12:52 pm, Wednesday, October 23rd, 2013 by Ed Harrison · 22 Comments

Mapou Yanga-Mbiwa was sent of after 41 minutes on Saturday, after giving away a penalty, and Newcastle having been in the ascendancy and one goal ahead were suddenly in deep trouble, and it was only an outstanding and courageous second half display that avoided a defeat.

mapou yanga-mbiwa fould luis suarez

Mapou Yanga-Mbiwa fouling Luis Suarez on Saturday

And there’s been some confusion as to how many games Mapou will be suspended for, and it will be only one game, because the sending off was not for violent conduct or the like.

But why was he sent off in the first place.

That was because he was the last outfield defender, and a foul in that situation warrants a red card with the current rules in place.  But the penalty award is bad enough, and what’s the logic in making the offense also a red card?

Maybe the powers that be want this kind of thing removed from the game – but surely it’s a big enough penalty for the opposition to be awarded a spot kick -  and when this event happens during a game it usually ruins the game as a competitive affair.

There were rumbles over the last couple of years that the law would be changed,  and the player committing the foul would simply be given a yellow card for the offense.

The sooner this rule is changed the sooner we will not have another game spoiled by a sending off – which are far too frequent these days.

In the old days before there were technological wonders like sliced bread (forget the Internet and iPhones), sending offs were extremely rare and you had to do something really really bad to get a red card.

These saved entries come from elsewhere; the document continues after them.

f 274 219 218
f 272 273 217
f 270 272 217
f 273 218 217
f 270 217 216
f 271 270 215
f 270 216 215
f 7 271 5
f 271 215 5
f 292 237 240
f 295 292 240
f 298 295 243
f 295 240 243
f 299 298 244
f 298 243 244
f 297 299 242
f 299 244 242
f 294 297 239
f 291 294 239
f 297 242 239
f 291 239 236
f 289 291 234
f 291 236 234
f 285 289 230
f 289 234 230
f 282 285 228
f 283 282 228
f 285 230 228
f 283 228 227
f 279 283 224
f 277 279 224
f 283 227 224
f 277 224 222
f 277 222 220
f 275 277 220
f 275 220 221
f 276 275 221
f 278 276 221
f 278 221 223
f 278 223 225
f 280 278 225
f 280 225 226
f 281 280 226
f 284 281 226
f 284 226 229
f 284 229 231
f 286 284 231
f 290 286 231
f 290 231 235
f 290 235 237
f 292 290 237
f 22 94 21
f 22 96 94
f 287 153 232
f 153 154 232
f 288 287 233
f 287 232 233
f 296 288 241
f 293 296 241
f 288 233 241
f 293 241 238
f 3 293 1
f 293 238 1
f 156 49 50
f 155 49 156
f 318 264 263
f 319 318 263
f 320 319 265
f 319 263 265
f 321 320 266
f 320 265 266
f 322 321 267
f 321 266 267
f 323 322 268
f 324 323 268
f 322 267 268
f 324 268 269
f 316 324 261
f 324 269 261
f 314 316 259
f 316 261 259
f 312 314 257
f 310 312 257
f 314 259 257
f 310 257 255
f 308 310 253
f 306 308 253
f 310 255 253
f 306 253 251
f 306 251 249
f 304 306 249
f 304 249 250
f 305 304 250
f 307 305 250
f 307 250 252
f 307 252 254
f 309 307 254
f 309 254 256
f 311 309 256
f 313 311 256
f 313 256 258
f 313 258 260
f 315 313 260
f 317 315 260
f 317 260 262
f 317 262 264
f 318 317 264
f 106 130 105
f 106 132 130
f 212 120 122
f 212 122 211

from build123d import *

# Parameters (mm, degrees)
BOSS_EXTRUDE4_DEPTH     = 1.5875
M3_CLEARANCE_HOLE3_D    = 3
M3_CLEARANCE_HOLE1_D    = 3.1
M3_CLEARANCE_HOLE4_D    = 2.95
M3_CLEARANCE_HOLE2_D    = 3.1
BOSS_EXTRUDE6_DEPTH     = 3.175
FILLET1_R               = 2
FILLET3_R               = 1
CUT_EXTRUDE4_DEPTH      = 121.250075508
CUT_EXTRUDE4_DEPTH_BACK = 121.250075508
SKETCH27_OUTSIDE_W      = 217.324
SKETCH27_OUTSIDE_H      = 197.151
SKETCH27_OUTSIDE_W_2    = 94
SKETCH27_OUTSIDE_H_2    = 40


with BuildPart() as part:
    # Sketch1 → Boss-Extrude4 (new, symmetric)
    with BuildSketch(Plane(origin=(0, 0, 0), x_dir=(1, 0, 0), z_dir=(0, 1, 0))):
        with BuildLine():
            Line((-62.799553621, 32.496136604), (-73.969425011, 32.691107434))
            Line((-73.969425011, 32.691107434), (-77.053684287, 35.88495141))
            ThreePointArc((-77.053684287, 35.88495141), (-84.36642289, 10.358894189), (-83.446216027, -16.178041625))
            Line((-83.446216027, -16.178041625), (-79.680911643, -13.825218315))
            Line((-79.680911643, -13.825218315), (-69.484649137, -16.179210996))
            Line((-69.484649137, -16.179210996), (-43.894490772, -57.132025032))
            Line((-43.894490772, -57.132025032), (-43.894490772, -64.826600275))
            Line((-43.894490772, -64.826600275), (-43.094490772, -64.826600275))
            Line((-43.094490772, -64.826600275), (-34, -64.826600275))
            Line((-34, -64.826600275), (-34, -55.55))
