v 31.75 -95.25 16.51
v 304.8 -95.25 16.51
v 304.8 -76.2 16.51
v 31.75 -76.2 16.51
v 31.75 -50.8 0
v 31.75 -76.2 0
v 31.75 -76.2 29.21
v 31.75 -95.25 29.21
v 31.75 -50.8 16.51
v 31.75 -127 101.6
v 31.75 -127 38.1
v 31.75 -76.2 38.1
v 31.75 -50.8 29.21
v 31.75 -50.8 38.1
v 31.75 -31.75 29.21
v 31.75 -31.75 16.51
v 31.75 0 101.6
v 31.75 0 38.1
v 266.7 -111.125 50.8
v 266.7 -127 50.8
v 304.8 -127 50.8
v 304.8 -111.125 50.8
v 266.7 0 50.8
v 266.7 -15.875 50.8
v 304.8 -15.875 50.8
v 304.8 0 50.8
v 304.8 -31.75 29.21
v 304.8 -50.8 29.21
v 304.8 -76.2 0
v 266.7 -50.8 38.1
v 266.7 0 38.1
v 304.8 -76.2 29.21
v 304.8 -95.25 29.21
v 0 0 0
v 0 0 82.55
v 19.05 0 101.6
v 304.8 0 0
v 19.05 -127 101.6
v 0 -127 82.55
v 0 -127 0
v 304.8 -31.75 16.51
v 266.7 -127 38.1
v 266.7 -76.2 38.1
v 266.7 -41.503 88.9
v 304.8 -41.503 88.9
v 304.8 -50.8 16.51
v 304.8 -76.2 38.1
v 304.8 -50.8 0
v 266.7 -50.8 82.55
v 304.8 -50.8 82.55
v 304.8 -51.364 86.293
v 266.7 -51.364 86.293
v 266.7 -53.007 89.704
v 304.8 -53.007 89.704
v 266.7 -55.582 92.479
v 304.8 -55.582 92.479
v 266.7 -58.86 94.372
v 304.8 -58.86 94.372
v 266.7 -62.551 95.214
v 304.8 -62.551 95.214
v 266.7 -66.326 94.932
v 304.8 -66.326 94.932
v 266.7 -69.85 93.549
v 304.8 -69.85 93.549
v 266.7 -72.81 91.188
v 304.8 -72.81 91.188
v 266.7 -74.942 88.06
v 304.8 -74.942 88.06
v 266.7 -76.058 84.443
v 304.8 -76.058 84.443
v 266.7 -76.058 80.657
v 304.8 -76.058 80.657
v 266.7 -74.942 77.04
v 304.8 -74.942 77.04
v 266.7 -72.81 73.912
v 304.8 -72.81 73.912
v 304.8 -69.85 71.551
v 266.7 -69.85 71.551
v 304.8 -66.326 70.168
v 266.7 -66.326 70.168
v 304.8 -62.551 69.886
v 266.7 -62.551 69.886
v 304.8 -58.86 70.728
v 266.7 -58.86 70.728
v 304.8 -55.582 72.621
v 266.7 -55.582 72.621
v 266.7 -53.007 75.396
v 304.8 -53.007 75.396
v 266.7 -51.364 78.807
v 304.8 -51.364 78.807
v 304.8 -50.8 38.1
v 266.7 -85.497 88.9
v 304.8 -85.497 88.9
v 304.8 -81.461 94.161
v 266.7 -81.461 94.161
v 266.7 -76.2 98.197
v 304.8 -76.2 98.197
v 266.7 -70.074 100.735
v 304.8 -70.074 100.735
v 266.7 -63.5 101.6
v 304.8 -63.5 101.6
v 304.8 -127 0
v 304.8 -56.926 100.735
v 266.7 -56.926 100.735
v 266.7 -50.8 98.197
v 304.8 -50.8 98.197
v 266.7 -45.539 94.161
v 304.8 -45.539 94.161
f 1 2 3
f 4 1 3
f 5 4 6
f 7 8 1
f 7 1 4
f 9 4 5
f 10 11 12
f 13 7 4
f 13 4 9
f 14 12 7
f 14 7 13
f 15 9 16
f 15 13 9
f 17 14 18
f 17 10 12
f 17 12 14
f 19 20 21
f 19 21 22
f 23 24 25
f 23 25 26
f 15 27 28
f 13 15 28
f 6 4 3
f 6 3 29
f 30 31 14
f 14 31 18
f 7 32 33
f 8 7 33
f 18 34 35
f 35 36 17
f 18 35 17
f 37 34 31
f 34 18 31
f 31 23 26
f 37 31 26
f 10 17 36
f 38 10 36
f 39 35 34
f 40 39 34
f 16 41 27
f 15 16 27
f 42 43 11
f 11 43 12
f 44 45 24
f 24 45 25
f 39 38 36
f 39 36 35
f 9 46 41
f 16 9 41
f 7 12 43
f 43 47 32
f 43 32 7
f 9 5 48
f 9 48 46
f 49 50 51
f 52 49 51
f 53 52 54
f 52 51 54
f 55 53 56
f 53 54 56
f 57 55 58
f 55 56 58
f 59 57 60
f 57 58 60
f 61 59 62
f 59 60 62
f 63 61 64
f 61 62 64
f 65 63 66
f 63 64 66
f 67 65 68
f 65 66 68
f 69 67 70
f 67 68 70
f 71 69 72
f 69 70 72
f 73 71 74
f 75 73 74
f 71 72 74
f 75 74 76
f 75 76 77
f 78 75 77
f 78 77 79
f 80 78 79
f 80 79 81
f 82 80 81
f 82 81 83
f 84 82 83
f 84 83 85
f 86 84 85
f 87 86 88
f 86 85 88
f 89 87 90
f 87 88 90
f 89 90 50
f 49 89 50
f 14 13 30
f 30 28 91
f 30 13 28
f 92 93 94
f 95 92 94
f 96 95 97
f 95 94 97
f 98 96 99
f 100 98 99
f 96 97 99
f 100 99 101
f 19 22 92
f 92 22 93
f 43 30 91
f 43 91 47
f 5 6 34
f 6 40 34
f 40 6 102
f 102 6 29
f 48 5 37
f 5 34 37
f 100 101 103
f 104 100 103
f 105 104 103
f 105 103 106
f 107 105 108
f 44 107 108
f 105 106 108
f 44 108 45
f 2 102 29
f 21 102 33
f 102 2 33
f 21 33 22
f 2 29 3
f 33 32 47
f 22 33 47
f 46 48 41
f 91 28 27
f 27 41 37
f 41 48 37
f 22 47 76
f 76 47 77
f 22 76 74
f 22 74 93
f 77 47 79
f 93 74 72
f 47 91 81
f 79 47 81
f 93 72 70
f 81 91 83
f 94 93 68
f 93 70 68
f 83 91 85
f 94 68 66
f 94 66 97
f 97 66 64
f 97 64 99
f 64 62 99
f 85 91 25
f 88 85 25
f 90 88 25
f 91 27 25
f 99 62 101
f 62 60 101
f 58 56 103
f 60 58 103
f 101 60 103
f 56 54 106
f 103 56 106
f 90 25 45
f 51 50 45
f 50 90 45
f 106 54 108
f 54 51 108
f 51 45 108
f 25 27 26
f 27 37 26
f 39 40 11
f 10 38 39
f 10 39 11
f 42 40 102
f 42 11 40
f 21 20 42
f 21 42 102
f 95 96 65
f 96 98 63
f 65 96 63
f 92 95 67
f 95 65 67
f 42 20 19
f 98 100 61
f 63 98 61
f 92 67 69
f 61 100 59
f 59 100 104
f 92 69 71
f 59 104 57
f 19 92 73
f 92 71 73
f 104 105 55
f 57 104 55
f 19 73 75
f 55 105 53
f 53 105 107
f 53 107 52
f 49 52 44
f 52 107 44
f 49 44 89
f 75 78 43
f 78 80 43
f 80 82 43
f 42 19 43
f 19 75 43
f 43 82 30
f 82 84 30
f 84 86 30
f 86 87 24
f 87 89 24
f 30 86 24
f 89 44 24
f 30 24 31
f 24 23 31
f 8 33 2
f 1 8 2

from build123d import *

# Parameters (mm, degrees)
F1_DEPTH = 127
F3_DEPTH = 38.1
F5_DEPTH = 273.05
F6_R     = 12.7
F7_DEPTH = 38.1


with BuildPart() as f1:
    # F0 (on Front) → F1 (new body)
    with BuildSketch(Plane.XZ):
        Polygon((0, 82.55), (0, 0), (304.8, 0), (304.8, 101.6), (266.7, 101.6), (266.7, 38.1), (31.75, 38.1), (31.75, 101.6), (19.05, 101.6), align=None)
    extrude(amount=F1_DEPTH)

    # F2 (on face) → F3 (cut)
    with BuildSketch(Plane.YZ.offset(304.8)):
        with BuildLine():
            Line((-127, 101.6), (-127, 50.8))
            Line((-127, 50.8), (-111.125, 50.8))
            Line((-111.125, 50.8), (-85.497045, 88.9))
            ThreePointArc((-85.497045, 88.9), (-76.2, 98.197045), (-63.5, 101.6))
            Line((-63.5, 101.6), (-127, 101.6))
        make_face()
        with BuildLine():
            Line((0, 101.6), (-63.5, 101.6))
            ThreePointArc((-63.5, 101.6), (-50.8, 98.197045), (-41.502955, 88.9))
            Line((-41.502955, 88.9), (-15.875, 50.8))
            Line((-15.875, 50.8), (0, 50.8))
            Line((0, 50.8), (0, 101.6))
        make_face()
    extrude(amount=-F3_DEPTH, mode=Mode.SUBTRACT)

    # F4 (on face) → F5 (cut)
    with BuildSketch(Plane.YZ.offset(304.8)):
        Polygon((-76.2, 16.51), (-76.2, 0), (-50.8, 0), (-50.8, 16.51), (-31.75, 16.51), (-31.75, 29.21), (-50.8, 29.21), (-50.8, 38.1), (-76.2, 38.1), (-76.2, 29.21), (-95.25, 29.21), (-95.25, 16.51), align=None)
    extrude(amount=-F5_DEPTH, mode=Mode.SUBTRACT)

    # F6 (on face) → F7 (cut)
    with BuildSketch(Plane.YZ.offset(304.8)):
        with Locations((-63.5, 82.55)):
            Circle(F6_R)
    extrude(amount=-F7_DEPTH, mode=Mode.SUBTRACT)


solid = f1.part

It’s to Newcastle’s credit that the second half on Saturday was still competitive, and we noticed that some Liverpool blogs after the game not only gave Newcastle credit for their gutsy performance, but also called this harsh law into question.

What do you think?

Comments welcome.



Tags: FIFA · Newcastle News · Premier League





22 responses so far ↓

  • 1 G // Oct 23, 2013 at 12:55 PM

    I’m still not entirely certain that this rule is a bad thing? Seems to me the mentality of defenders needs to be called into question. I’m not entirely certain what makes a defender think that as he’s the last man comitting a foul is nescessary. Surely they should be educated to stay on the pitch and let the keeper do his job.

  • 2 Ibizatoon // Oct 23, 2013 at 12:56 PM

    Not so sure Ed. It would just increase these sort of incidents imo, with the last man simply taking players down without fear of being sent off. Not sure how sporting it would be.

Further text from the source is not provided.